Practice: Setting up an on-premise cluster

Install and configure K3s

The first step of deploying our on-premise cluster is the installation of K3s on each machine. The principle is to execute the install script, which you can find at https://get.k3s.io, on each machine. We provide a few environment variables to the script to configure our installation, but you can find the full list of configurable variables in the documentation. We first create the control plane node using the following command:

curl -sfL https://get.k3s.io | INSTALL_K3S_VERSION="v1.25.0+k3s1" INSTALL_K3S_EXEC="--disable=servicelb --cluster-init" sh -

You can disable specific components of K3s using the --disable flag. For example, in our install, we disable servicelb because we will use MetalLB as our load-balancer. The --cluster-init flag tells K3s to initialize an embedded ETCD cluster as its backend.

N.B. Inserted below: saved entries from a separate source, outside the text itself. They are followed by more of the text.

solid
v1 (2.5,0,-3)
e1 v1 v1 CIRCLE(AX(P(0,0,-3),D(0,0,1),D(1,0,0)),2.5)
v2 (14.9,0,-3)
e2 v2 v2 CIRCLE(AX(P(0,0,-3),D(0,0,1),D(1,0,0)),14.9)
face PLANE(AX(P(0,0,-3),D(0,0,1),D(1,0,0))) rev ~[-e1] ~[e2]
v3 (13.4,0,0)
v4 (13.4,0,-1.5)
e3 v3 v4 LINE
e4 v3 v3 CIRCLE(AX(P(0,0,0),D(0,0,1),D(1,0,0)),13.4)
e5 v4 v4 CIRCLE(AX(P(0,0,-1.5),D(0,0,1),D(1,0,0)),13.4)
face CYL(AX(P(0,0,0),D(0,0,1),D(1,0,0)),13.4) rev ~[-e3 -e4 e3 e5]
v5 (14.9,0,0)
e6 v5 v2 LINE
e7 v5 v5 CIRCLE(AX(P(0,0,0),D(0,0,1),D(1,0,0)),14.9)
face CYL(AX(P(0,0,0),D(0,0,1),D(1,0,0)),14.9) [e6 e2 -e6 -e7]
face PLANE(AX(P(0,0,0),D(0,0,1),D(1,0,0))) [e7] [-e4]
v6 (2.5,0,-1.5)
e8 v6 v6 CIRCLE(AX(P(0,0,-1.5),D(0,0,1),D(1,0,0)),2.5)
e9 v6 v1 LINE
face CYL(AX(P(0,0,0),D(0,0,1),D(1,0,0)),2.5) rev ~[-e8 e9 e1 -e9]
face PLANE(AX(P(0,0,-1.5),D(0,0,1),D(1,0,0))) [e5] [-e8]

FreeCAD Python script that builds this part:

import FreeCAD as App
import Part
import Sketcher

doc = App.newDocument("Part")
body = doc.addObject("PartDesign::Body", "Body")

# Sketch on XY plane
sketch1 = body.newObject("Sketcher::SketchObject", "Sketch")
sketch1.AttachmentSupport = (doc.getObject("XY_Plane"), [""])
sketch1.MapMode = "FlatFace"
sketch1.addGeometry([
    Part.Circle(App.Vector(0, 0, 0), App.Vector(0, 0, 1), 14.9),
    Part.Circle(App.Vector(0, 0, 0), App.Vector(0, 0, 1), 2.5),
], False)
sketch1.addConstraint([
    Sketcher.Constraint("Coincident", 0, 3, -1, 1),
    Sketcher.Constraint("Coincident", 1, 3, -1, 1),
    Sketcher.Constraint("Diameter", 1, 5.0),
    Sketcher.Constraint("Diameter", 0, 29.8),
])
pad1 = body.newObject("PartDesign::Pad", "Pad")
pad1.Profile = sketch1
pad1.Length = 3
pad1.Reversed = True

# Sketch on XY plane
sketch2 = body.newObject("Sketcher::SketchObject", "Sketch001")
sketch2.AttachmentSupport = (doc.getObject("XY_Plane"), [""])
sketch2.MapMode = "FlatFace"
sketch2.addGeometry([
    Part.Circle(App.Vector(0, 0, 0), App.Vector(0, 0, 1), 13.4),
    Part.Circle(App.Vector(0, 0, 0), App.Vector(0, 0, 1), 2.5),
], False)
sketch2.addConstraint([
    Sketcher.Constraint("Coincident", 0, 3, -1, 1),
    Sketcher.Constraint("Coincident", 1, 3, -1, 1),
    Sketcher.Constraint("Diameter", 1, 5.0),
    Sketcher.Constraint("Diameter", 0, 26.8),
])
pocket1 = body.newObject("PartDesign::Pocket", "Pocket")
pocket1.Profile = sketch2
pocket1.Length = 1.5

doc.recompute()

To add nodes to our cluster, we need 2 pieces of information:

  • An authentication token. It was created by the first control plane node, and is located in /var/lib/rancher/k3s/server/node-token. Set it on the worker node in a K3S_TOKEN variable.
  • The IP of the control plane node. The worker node needs to be able to join the control plane node using this IP. Store it in a CP_IP variable on the worker node.

We can then add a worker node using this command:

curl -sfL https://get.k3s.io | K3S_URL="https://${CP_IP}:6443" K3S_TOKEN=$K3S_TOKEN INSTALL_K3S_VERSION="v1.25.0+k3s1" sh -

Install and configure MetalLB


There are multiple ways to install MetalLB, we will use Helm to do so. Simply add the repository and install MetalLB:

helm repo add metallb https://metallb.github.io/metallb
helm install metallb metallb/metallb -n metallb-system --create-namespace

You should see a few pods running in the metallb-system namespace.

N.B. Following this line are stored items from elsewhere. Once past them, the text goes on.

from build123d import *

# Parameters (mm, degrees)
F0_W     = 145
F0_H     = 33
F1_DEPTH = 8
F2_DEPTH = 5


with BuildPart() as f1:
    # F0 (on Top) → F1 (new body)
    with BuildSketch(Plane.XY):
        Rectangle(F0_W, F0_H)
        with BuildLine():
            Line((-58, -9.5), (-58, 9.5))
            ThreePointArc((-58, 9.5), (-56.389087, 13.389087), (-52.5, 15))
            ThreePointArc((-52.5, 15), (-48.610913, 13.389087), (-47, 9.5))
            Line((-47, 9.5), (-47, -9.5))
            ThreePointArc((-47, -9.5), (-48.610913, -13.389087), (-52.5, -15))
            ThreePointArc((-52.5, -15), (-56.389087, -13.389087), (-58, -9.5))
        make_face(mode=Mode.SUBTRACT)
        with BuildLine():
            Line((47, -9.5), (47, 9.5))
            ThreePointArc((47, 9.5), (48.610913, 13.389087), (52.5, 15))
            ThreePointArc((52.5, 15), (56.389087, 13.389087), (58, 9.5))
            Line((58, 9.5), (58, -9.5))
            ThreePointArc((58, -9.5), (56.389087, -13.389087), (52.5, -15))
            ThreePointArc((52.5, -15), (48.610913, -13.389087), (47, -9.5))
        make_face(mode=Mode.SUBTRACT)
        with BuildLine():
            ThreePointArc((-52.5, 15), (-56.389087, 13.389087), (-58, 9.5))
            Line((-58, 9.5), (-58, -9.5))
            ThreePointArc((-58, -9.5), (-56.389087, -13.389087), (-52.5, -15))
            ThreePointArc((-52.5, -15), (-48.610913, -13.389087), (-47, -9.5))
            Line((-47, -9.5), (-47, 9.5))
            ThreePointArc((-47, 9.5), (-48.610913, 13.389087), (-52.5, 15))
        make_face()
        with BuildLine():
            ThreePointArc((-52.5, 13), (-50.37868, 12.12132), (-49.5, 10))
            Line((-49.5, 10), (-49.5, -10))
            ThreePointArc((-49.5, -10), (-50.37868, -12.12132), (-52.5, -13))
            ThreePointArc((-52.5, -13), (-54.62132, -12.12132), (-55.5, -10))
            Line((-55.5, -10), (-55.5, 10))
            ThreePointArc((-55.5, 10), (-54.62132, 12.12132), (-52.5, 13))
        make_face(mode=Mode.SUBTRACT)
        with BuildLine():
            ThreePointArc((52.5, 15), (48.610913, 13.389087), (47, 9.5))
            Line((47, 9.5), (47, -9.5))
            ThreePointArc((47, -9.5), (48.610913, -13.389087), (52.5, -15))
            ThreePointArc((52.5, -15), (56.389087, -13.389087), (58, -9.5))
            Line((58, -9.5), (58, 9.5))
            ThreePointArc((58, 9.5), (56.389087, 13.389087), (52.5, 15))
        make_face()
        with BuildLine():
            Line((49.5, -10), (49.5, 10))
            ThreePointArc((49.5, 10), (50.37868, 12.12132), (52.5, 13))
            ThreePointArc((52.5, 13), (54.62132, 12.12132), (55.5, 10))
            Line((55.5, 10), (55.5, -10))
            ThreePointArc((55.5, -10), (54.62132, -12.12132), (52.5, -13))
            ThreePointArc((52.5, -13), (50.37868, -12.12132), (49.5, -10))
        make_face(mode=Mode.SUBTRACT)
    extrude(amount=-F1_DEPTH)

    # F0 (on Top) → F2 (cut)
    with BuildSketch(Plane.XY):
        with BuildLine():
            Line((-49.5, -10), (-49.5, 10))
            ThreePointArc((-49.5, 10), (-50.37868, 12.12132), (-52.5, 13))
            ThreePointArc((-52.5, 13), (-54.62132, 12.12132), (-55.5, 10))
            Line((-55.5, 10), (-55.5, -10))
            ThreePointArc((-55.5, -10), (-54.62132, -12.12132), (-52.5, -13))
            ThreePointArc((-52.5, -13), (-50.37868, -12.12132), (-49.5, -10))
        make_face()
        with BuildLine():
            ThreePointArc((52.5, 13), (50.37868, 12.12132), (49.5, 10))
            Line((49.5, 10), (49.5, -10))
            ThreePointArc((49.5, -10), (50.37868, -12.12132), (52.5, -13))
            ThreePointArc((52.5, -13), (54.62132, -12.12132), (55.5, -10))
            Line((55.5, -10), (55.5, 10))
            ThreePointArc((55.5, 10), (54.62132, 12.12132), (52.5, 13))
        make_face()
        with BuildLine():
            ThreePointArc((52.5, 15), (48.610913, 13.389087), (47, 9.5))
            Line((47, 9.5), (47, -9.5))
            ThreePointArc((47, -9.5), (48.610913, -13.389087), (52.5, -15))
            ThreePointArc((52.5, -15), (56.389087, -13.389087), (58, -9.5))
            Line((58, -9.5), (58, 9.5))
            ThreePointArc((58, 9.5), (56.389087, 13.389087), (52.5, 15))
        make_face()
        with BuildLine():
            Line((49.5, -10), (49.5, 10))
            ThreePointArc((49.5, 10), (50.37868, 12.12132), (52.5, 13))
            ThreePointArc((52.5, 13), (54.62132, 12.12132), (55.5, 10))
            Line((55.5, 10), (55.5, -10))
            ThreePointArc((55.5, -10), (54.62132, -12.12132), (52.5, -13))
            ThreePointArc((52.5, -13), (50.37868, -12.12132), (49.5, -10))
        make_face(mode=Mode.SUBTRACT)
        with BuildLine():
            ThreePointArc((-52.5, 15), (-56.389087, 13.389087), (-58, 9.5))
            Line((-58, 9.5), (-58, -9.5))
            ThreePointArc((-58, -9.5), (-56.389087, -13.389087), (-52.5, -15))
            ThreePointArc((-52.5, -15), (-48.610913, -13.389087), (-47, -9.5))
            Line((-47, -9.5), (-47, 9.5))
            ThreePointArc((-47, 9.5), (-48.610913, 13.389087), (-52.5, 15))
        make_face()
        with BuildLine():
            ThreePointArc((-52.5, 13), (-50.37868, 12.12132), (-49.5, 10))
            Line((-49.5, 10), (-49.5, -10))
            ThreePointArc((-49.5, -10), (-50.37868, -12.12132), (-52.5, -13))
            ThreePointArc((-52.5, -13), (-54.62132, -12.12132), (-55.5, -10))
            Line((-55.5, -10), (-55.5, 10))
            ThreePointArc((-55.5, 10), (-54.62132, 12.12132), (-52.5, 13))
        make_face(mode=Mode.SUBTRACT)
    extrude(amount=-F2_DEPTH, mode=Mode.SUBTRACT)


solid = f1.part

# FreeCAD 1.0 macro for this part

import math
import FreeCAD as App
import Part
import Sketcher

V = App.Vector
Q = App.Units.Quantity


def add_polygon(sketch, points):
    """Adds a closed chain of lines whose ends are joined by coincident constraints."""
    first, n = sketch.GeometryCount, len(points)
    for a, b in zip(points, points[1:] + points[:1]):
        sketch.addGeometry(Part.LineSegment(App.Vector(*a, 0), App.Vector(*b, 0)), False)
    for i in range(n):
        sketch.addConstraint(Sketcher.Constraint("Coincident", first + i, 2, first + (i + 1) % n, 1))

doc = App.newDocument("Part")
body = doc.addObject("PartDesign::Body", "Body")

# Sketch on XY plane
sketch1 = body.newObject("Sketcher::SketchObject", "Sketch")
sketch1.AttachmentSupport = (doc.getObject("XY_Plane"), [""])
sketch1.MapMode = "FlatFace"
add_polygon(sketch1, [(-72.5, 16.5), (-72.5, -16.5), (72.5, -16.5), (72.5, 16.5)])  # lines 0-3
sketch1.addGeometry(Part.ArcOfCircle(Part.Circle(V(-52.499999, 9.999999, 0), V(0, 0, 1), 3.000001), math.radians(90.000022), math.radians(179.999978)), False)  # 4
sketch1.addGeometry(Part.ArcOfCircle(Part.Circle(V(-52.500001, 9.999999, 0), V(0, 0, 1), 3.000001), math.radians(0.000022), math.radians(89.999978)), False)  # 5
sketch1.addGeometry(Part.LineSegment(V(-49.5, 10, 0), V(-49.5, -10, 0)), False)  # 6
sketch1.addGeometry(Part.ArcOfCircle(Part.Circle(V(-52.500001, -9.999999, 0), V(0, 0, 1), 3.000001), math.radians(-89.999978), math.radians(-0.000022)), False)  # 7
sketch1.addGeometry(Part.ArcOfCircle(Part.Circle(V(-52.499999, -9.999999, 0), V(0, 0, 1), 3.000001), math.radians(-179.999978), math.radians(-90.000022)), False)  # 8
sketch1.addGeometry(Part.LineSegment(V(-55.5, -10, 0), V(-55.5, 10, 0)), False)  # 9
sketch1.addGeometry(Part.ArcOfCircle(Part.Circle(V(52.500001, -9.999999, 0), V(0, 0, 1), 3.000001), math.radians(-179.999978), math.radians(-90.000022)), False)  # 10
sketch1.addGeometry(Part.LineSegment(V(49.5, -10, 0), V(49.5, 10, 0)), False)  # 11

You then need to configure MetalLB with the IP addresses that it can handle and attribute to your services. These IPs should be from the same network that your cluster is deployed to but should be in a range that is excluded by the DHCP server, meaning that no other machine in the same network should have this IP.

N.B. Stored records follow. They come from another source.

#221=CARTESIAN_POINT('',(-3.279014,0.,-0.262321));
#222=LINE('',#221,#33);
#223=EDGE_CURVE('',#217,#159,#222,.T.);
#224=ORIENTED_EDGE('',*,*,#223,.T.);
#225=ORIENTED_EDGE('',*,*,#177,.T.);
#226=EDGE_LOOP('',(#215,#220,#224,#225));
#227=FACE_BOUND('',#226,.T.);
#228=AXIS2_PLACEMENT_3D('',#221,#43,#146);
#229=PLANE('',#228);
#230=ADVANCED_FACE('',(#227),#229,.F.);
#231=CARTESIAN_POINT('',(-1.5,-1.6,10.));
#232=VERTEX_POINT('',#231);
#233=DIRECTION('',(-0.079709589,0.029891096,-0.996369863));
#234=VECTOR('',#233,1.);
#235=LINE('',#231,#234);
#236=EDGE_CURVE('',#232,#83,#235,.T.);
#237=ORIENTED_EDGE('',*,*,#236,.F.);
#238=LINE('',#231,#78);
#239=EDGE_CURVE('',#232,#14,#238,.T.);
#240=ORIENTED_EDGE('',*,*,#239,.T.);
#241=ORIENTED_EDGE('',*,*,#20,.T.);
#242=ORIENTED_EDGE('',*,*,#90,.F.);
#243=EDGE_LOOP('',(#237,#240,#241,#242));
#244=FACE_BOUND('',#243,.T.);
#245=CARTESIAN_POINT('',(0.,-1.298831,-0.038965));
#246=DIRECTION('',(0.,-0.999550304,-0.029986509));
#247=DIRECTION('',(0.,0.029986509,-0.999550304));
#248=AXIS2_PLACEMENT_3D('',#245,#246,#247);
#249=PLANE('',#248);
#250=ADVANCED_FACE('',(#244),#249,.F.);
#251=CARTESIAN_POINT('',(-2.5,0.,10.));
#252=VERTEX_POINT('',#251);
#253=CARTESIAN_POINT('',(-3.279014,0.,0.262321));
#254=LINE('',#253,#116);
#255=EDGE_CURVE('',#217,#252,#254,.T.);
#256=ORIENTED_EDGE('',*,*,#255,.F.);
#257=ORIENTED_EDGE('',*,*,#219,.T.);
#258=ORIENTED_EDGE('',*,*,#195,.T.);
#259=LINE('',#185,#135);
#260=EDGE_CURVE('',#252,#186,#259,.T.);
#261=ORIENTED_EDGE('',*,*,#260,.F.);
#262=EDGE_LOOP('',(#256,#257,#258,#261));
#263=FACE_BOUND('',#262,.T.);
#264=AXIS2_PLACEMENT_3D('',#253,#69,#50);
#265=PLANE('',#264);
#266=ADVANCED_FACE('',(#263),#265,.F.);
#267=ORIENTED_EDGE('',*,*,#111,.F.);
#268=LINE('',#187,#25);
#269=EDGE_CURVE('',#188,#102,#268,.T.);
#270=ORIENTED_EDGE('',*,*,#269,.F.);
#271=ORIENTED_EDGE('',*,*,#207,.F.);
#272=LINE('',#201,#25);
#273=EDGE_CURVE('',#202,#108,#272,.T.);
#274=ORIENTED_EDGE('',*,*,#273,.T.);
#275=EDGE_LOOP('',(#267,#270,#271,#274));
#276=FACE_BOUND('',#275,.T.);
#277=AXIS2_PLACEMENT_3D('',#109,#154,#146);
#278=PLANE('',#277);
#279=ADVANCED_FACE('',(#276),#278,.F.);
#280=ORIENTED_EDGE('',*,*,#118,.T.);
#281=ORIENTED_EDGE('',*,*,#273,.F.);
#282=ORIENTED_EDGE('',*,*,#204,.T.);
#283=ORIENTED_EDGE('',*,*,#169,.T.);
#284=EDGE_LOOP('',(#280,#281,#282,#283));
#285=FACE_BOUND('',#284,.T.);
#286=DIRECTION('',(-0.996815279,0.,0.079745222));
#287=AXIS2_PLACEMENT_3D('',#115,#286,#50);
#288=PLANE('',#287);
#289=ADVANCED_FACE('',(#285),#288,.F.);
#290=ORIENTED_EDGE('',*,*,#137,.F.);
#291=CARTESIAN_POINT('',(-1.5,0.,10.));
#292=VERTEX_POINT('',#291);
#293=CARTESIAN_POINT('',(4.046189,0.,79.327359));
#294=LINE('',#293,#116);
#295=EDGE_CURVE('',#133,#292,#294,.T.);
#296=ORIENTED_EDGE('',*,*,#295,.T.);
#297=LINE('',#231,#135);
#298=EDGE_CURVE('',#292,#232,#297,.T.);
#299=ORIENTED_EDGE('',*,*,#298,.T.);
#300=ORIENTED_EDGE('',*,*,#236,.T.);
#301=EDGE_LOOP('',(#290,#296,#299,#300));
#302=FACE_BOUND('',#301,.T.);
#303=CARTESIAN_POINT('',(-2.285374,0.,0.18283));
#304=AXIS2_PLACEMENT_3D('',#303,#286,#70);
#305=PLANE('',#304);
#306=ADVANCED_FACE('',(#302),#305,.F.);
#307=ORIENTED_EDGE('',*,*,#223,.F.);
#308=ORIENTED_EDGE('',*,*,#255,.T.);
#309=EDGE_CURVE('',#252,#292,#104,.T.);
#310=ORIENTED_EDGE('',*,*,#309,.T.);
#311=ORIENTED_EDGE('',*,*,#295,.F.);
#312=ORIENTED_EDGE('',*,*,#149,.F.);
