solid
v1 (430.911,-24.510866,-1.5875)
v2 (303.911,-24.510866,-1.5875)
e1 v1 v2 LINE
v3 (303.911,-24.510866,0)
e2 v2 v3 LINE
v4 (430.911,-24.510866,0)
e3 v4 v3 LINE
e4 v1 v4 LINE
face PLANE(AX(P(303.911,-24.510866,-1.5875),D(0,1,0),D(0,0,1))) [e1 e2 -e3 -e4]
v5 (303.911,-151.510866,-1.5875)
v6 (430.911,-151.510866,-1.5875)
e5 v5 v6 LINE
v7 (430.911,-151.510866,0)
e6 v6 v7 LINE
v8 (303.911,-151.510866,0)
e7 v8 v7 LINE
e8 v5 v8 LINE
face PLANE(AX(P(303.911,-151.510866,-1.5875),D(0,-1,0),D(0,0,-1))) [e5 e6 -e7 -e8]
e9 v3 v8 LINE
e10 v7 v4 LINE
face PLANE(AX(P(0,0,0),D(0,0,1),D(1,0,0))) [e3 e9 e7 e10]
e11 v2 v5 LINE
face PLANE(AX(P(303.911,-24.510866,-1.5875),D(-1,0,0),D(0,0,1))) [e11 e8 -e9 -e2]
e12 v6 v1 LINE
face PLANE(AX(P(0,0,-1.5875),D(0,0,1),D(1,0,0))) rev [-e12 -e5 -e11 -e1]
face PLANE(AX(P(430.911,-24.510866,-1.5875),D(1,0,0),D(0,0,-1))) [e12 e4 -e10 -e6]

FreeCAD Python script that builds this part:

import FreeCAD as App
import Part
import Sketcher

V = App.Vector
Q = App.Units.Quantity


def add_polygon(sketch, points):
    """Adds a closed chain of lines whose ends are joined by coincident constraints."""
    first, n = sketch.GeometryCount, len(points)
    for a, b in zip(points, points[1:] + points[:1]):
        sketch.addGeometry(Part.LineSegment(App.Vector(*a, 0), App.Vector(*b, 0)), False)
    for i in range(n):
        sketch.addConstraint(Sketcher.Constraint("Coincident", first + i, 2, first + (i + 1) % n, 1))

doc = App.newDocument("Part")
params = doc.addObject("Spreadsheet::Sheet", "Params")
for row, (alias, value) in enumerate([
    ("sketch1_width", "5 in"),
    ("pad1_length", "0.0625 in"),
], start=1):
    params.set(f"A{row}", alias)
    params.set(f"B{row}", "=" + value)
    params.setAlias(f"B{row}", alias)

body = doc.addObject("PartDesign::Body", "Body")

sketch1 = body.newObject("Sketcher::SketchObject", "Sketch")
sketch1.AttachmentSupport = (doc.getObject("XY_Plane"), [""])
sketch1.MapMode = "FlatFace"
add_polygon(sketch1, [(304, -25), (304, -152), (431, -152), (431, -25)])
sketch1.addConstraint([
    Sketcher.Constraint("Vertical", 0),
    Sketcher.Constraint("Horizontal", 1),
    Sketcher.Constraint("Vertical", 2),
    Sketcher.Constraint("Horizontal", 3),
    Sketcher.Constraint("Equal", 3, 0),
    Sketcher.Constraint("DistanceX", 1, 1, 1, 2, Q("5 in")),
    Sketcher.Constraint("DistanceX", -1, 1, 0, 2, Q("11.965 in")),
    Sketcher.Constraint("DistanceY", 0, 2, -1, 1, 151.510866),
])
sketch1.setExpression("Constraints[9]", "Params.sketch1_width")
pad1 = body.newObject("PartDesign::Pad", "Pad")
pad1.Profile = sketch1
pad1.setExpression("Length", "Params.pad1_length")
pad1.Reversed = True

doc.recompute()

To configure MetalLB, apply the following objects using kubectl:

apiVersion: metallb.io/v1beta1
kind: IPAddressPool
metadata:
  name: my-ip-pool
  namespace: metallb-system
spec:
  addresses:
  - 192.168.10.0/24         # Configure your chosen IPs here
  - 192.168.9.1-192.168.9.5 # This is an other way to write the IP range
---
apiVersion: metallb.io/v1beta1
kind: L2Advertisement
metadata:
  name: my-l2-config
  namespace: metallb-system
spec:
  ipAddressPools:
  - my-ip-pool

Install and configure Longhorn


There are a few requirements that all the nodes in your cluster need to respect before setting up Longhorn. You can execute the check script that will notify you if one of the nodes in your cluster doesn’t respect the requirements. From a machine that has access to your cluster, run:

curl -sSfL https://raw.githubusercontent.com/longhorn/longhorn/v1.3.1/scripts/environment_check.sh | bash

Once the requirements are satisfied, Longhorn can be installed very easily using helm:

helm repo add longhorn https://charts.longhorn.io
helm install longhorn longhorn/longhorn --namespace longhorn-system --create-namespace

Check that the pods are running in the longhorn-system namespace.

Since there is no authentication on the UI, the ingress is not deployed by default. You can access the UI by enabling ingress deployment in the Helm values, or by port-forwarding. You can also try deploying PVCs and Pods to use the newly created longhorn StorageClass!

With these 3 simple parts, we have created a fully functional on-premise Kubernetes cluster with minimal difficulty.

Conclusion

Since Kubernetes was originally built for the cloud, deploying on-premise clusters presents a lot of challenges. Hopefully, given the modular nature of Kubernetes and the thriving ecosystem surrounding it, most of the problems already have one or even multiple solutions! Feel free to experiment with the components presented and replace them if you found a solution that better suits your needs.

I hope that this guide was helpful and that you won't struggle as much as I did when setting up your first on-premise cluster, or that it gave you ideas to improve an already existing cluster!